───── Given data
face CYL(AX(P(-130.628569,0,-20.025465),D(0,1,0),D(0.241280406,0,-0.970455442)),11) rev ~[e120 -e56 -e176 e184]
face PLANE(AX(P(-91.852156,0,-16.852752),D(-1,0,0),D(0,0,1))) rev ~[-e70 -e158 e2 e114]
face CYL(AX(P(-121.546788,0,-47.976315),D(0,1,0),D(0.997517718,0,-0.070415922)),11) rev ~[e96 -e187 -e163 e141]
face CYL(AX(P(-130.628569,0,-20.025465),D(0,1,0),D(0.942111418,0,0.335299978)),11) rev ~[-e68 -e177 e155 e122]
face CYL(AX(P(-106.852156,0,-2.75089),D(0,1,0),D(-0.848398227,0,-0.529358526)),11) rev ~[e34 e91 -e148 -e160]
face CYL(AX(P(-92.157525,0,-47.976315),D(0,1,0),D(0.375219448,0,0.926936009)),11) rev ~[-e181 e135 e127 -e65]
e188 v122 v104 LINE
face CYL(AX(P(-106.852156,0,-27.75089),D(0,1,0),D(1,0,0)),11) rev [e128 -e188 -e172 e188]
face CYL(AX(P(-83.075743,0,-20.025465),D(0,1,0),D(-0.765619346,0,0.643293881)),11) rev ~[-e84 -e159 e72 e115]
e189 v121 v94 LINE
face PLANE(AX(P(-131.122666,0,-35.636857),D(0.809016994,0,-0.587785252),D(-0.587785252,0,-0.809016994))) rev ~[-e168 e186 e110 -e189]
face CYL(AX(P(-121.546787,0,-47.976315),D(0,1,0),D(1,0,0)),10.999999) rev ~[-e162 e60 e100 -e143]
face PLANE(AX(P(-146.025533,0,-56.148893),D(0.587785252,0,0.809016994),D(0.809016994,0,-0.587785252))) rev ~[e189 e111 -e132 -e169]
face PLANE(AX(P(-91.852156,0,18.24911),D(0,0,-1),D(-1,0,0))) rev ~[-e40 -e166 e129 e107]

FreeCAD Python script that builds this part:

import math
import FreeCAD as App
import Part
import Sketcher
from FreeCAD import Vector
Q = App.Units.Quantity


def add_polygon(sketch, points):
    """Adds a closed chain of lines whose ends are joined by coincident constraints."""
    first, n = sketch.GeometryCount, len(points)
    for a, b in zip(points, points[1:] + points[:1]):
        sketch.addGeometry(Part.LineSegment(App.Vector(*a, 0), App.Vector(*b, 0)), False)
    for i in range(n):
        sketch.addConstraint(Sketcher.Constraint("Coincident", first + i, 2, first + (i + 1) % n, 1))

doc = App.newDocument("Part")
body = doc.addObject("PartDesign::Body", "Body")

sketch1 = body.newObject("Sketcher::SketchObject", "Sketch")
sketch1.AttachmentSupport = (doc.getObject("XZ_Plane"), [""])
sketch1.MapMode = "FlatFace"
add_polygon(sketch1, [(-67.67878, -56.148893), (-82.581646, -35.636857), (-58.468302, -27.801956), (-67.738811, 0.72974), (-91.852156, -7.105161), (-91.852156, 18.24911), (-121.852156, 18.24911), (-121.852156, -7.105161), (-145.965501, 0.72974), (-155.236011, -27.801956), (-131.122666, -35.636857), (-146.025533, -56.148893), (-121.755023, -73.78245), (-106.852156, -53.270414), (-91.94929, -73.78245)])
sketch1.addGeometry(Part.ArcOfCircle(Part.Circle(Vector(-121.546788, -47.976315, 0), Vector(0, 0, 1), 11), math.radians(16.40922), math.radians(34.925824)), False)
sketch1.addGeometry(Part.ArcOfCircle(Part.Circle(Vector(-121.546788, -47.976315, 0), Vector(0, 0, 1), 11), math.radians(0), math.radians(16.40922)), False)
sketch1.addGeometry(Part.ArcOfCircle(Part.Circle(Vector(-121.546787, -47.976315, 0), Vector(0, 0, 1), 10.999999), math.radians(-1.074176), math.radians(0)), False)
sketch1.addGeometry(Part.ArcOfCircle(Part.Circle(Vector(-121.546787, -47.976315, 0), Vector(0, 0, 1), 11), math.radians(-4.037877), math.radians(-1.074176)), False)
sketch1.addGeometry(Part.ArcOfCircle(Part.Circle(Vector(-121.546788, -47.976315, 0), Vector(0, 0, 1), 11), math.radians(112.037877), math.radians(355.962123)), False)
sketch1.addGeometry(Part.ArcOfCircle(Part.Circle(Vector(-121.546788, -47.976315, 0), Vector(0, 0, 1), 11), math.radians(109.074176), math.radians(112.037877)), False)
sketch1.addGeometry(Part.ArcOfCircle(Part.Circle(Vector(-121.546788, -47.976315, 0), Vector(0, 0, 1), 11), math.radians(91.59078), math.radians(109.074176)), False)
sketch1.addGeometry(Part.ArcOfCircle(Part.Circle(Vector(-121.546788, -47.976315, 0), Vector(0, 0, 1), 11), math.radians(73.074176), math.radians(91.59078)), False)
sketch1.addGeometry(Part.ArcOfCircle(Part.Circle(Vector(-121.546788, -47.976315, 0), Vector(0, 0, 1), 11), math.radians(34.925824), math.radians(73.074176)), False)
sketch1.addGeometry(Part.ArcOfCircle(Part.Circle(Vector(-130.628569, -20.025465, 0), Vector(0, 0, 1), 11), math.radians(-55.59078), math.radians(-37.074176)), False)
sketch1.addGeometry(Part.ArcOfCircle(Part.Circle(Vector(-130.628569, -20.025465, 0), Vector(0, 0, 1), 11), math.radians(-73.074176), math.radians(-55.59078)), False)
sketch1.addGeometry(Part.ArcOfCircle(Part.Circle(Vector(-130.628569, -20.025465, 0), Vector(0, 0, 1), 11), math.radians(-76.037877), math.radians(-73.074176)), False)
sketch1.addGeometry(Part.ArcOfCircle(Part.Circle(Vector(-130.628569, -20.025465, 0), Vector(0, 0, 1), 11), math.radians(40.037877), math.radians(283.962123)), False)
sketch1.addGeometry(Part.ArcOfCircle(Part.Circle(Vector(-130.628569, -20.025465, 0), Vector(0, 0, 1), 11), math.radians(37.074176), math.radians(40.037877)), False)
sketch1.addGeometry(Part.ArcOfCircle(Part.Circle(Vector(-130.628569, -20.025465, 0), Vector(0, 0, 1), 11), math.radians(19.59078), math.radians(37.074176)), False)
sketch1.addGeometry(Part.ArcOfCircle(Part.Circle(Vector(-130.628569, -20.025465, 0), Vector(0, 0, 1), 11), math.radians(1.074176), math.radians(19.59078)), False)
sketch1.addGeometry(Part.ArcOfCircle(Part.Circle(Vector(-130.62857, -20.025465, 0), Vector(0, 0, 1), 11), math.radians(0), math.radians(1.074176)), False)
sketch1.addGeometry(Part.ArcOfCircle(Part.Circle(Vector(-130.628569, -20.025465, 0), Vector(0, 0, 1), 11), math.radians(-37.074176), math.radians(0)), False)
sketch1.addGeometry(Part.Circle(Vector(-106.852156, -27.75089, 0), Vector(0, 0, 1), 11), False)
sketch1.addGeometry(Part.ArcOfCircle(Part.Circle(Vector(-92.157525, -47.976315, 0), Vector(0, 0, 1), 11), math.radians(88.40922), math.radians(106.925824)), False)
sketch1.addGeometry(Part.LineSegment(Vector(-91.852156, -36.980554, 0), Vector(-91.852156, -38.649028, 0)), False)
──────────
• **Work order**
The entries shown above should be duplicated exactly.

• **Answer space**
face CYL(AX(P(-130.628569,0,-20.025465),D(0,1,0),D(0.241280406,0,-0.970455442)),11) rev ~[e120 -e56 -e176 e184]
face PLANE(AX(P(-91.852156,0,-16.852752),D(-1,0,0),D(0,0,1))) rev ~[-e70 -e158 e2 e114]
face CYL(AX(P(-121.546788,0,-47.976315),D(0,1,0),D(0.997517718,0,-0.070415922)),11) rev ~[e96 -e187 -e163 e141]
face CYL(AX(P(-130.628569,0,-20.025465),D(0,1,0),D(0.942111418,0,0.335299978)),11) rev ~[-e68 -e177 e155 e122]
face CYL(AX(P(-106.852156,0,-2.75089),D(0,1,0),D(-0.848398227,0,-0.529358526)),11) rev ~[e34 e91 -e148 -e160]
face CYL(AX(P(-92.157525,0,-47.976315),D(0,1,0),D(0.375219448,0,0.926936009)),11) rev ~[-e181 e135 e127 -e65]
e188 v122 v104 LINE
face CYL(AX(P(-106.852156,0,-27.75089),D(0,1,0),D(1,0,0)),11) rev [e128 -e188 -e172 e188]
face CYL(AX(P(-83.075743,0,-20.025465),D(0,1,0),D(-0.765619346,0,0.643293881)),11) rev ~[-e84 -e159 e72 e115]
e189 v121 v94 LINE
face PLANE(AX(P(-131.122666,0,-35.636857),D(0.809016994,0,-0.587785252),D(-0.587785252,0,-0.809016994))) rev ~[-e168 e186 e110 -e189]
face CYL(AX(P(-121.546787,0,-47.976315),D(0,1,0),D(1,0,0)),10.999999) rev ~[-e162 e60 e100 -e143]
face PLANE(AX(P(-146.025533,0,-56.148893),D(0.587785252,0,0.809016994),D(0.809016994,0,-0.587785252))) rev ~[e189 e111 -e132 -e169]
face PLANE(AX(P(-91.852156,0,18.24911),D(0,0,-1),D(-1,0,0))) rev ~[-e40 -e166 e129 e107]

FreeCAD Python script that builds this part:

import math
import FreeCAD as App
import Part
import Sketcher
from FreeCAD import Vector
Q = App.Units.Quantity


def add_polygon(sketch, points):
    """Adds a closed chain of lines whose ends are joined by coincident constraints."""
    first, n = sketch.GeometryCount, len(points)
    for a, b in zip(points, points[1:] + points[:1]):
        sketch.addGeometry(Part.LineSegment(App.Vector(*a, 0), App.Vector(*b, 0)), False)
    for i in range(n):
        sketch.addConstraint(Sketcher.Constraint("Coincident", first + i, 2, first + (i + 1) % n, 1))

doc = App.newDocument("Part")
body = doc.addObject("PartDesign::Body", "Body")

sketch1 = body.newObject("Sketcher::SketchObject", "Sketch")
sketch1.AttachmentSupport = (doc.getObject("XZ_Plane"), [""])
sketch1.MapMode = "FlatFace"
add_polygon(sketch1, [(-67.67878, -56.148893), (-82.581646, -35.636857), (-58.468302, -27.801956), (-67.738811, 0.72974), (-91.852156, -7.105161), (-91.852156, 18.24911), (-121.852156, 18.24911), (-121.852156, -7.105161), (-145.965501, 0.72974), (-155.236011, -27.801956), (-131.122666, -35.636857), (-146.025533, -56.148893), (-121.755023, -73.78245), (-106.852156, -53.270414), (-91.94929, -73.78245)])
sketch1.addGeometry(Part.ArcOfCircle(Part.Circle(Vector(-121.546788, -47.976315, 0), Vector(0, 0, 1), 11), math.radians(16.40922), math.radians(34.925824)), False)
sketch1.addGeometry(Part.ArcOfCircle(Part.Circle(Vector(-121.546788, -47.976315, 0), Vector(0, 0, 1), 11), math.radians(0), math.radians(16.40922)), False)
sketch1.addGeometry(Part.ArcOfCircle(Part.Circle(Vector(-121.546787, -47.976315, 0), Vector(0, 0, 1), 10.999999), math.radians(-1.074176), math.radians(0)), False)
sketch1.addGeometry(Part.ArcOfCircle(Part.Circle(Vector(-121.546787, -47.976315, 0), Vector(0, 0, 1), 11), math.radians(-4.037877), math.radians(-1.074176)), False)
sketch1.addGeometry(Part.ArcOfCircle(Part.Circle(Vector(-121.546788, -47.976315, 0), Vector(0, 0, 1), 11), math.radians(112.037877), math.radians(355.962123)), False)
sketch1.addGeometry(Part.ArcOfCircle(Part.Circle(Vector(-121.546788, -47.976315, 0), Vector(0, 0, 1), 11), math.radians(109.074176), math.radians(112.037877)), False)
sketch1.addGeometry(Part.ArcOfCircle(Part.Circle(Vector(-121.546788, -47.976315, 0), Vector(0, 0, 1), 11), math.radians(91.59078), math.radians(109.074176)), False)
sketch1.addGeometry(Part.ArcOfCircle(Part.Circle(Vector(-121.546788, -47.976315, 0), Vector(0, 0, 1), 11), math.radians(73.074176), math.radians(91.59078)), False)
sketch1.addGeometry(Part.ArcOfCircle(Part.Circle(Vector(-121.546788, -47.976315, 0), Vector(0, 0, 1), 11), math.radians(34.925824), math.radians(73.074176)), False)
sketch1.addGeometry(Part.ArcOfCircle(Part.Circle(Vector(-130.628569, -20.025465, 0), Vector(0, 0, 1), 11), math.radians(-55.59078), math.radians(-37.074176)), False)
sketch1.addGeometry(Part.ArcOfCircle(Part.Circle(Vector(-130.628569, -20.025465, 0), Vector(0, 0, 1), 11), math.radians(-73.074176), math.radians(-55.59078)), False)
sketch1.addGeometry(Part.ArcOfCircle(Part.Circle(Vector(-130.628569, -20.025465, 0), Vector(0, 0, 1), 11), math.radians(-76.037877), math.radians(-73.074176)), False)
sketch1.addGeometry(Part.ArcOfCircle(Part.Circle(Vector(-130.628569, -20.025465, 0), Vector(0, 0, 1), 11), math.radians(40.037877), math.radians(283.962123)), False)
sketch1.addGeometry(Part.ArcOfCircle(Part.Circle(Vector(-130.628569, -20.025465, 0), Vector(0, 0, 1), 11), math.radians(37.074176), math.radians(40.037877)), False)
sketch1.addGeometry(Part.ArcOfCircle(Part.Circle(Vector(-130.628569, -20.025465, 0), Vector(0, 0, 1), 11), math.radians(19.59078), math.radians(37.074176)), False)
sketch1.addGeometry(Part.ArcOfCircle(Part.Circle(Vector(-130.628569, -20.025465, 0), Vector(0, 0, 1), 11), math.radians(1.074176), math.radians(19.59078)), False)
sketch1.addGeometry(Part.ArcOfCircle(Part.Circle(Vector(-130.62857, -20.025465, 0), Vector(0, 0, 1), 11), math.radians(0), math.radians(1.074176)), False)
sketch1.addGeometry(Part.ArcOfCircle(Part.Circle(Vector(-130.628569, -20.025465, 0), Vector(0, 0, 1), 11), math.radians(-37.074176), math.radians(0)), False)
sketch1.addGeometry(Part.Circle(Vector(-106.852156, -27.75089, 0), Vector(0, 0, 1), 11), False)
sketch1.addGeometry(Part.ArcOfCircle(Part.Circle(Vector(-92.157525, -47.976315, 0), Vector(0, 0, 1), 11), math.radians(88.40922), math.radians(106.925824)), False)
sketch1.addGeometry(Part.LineSegment(Vector(-91.852156, -36.980554, 0), Vector(-91.852156, -38.649028, 0)), False)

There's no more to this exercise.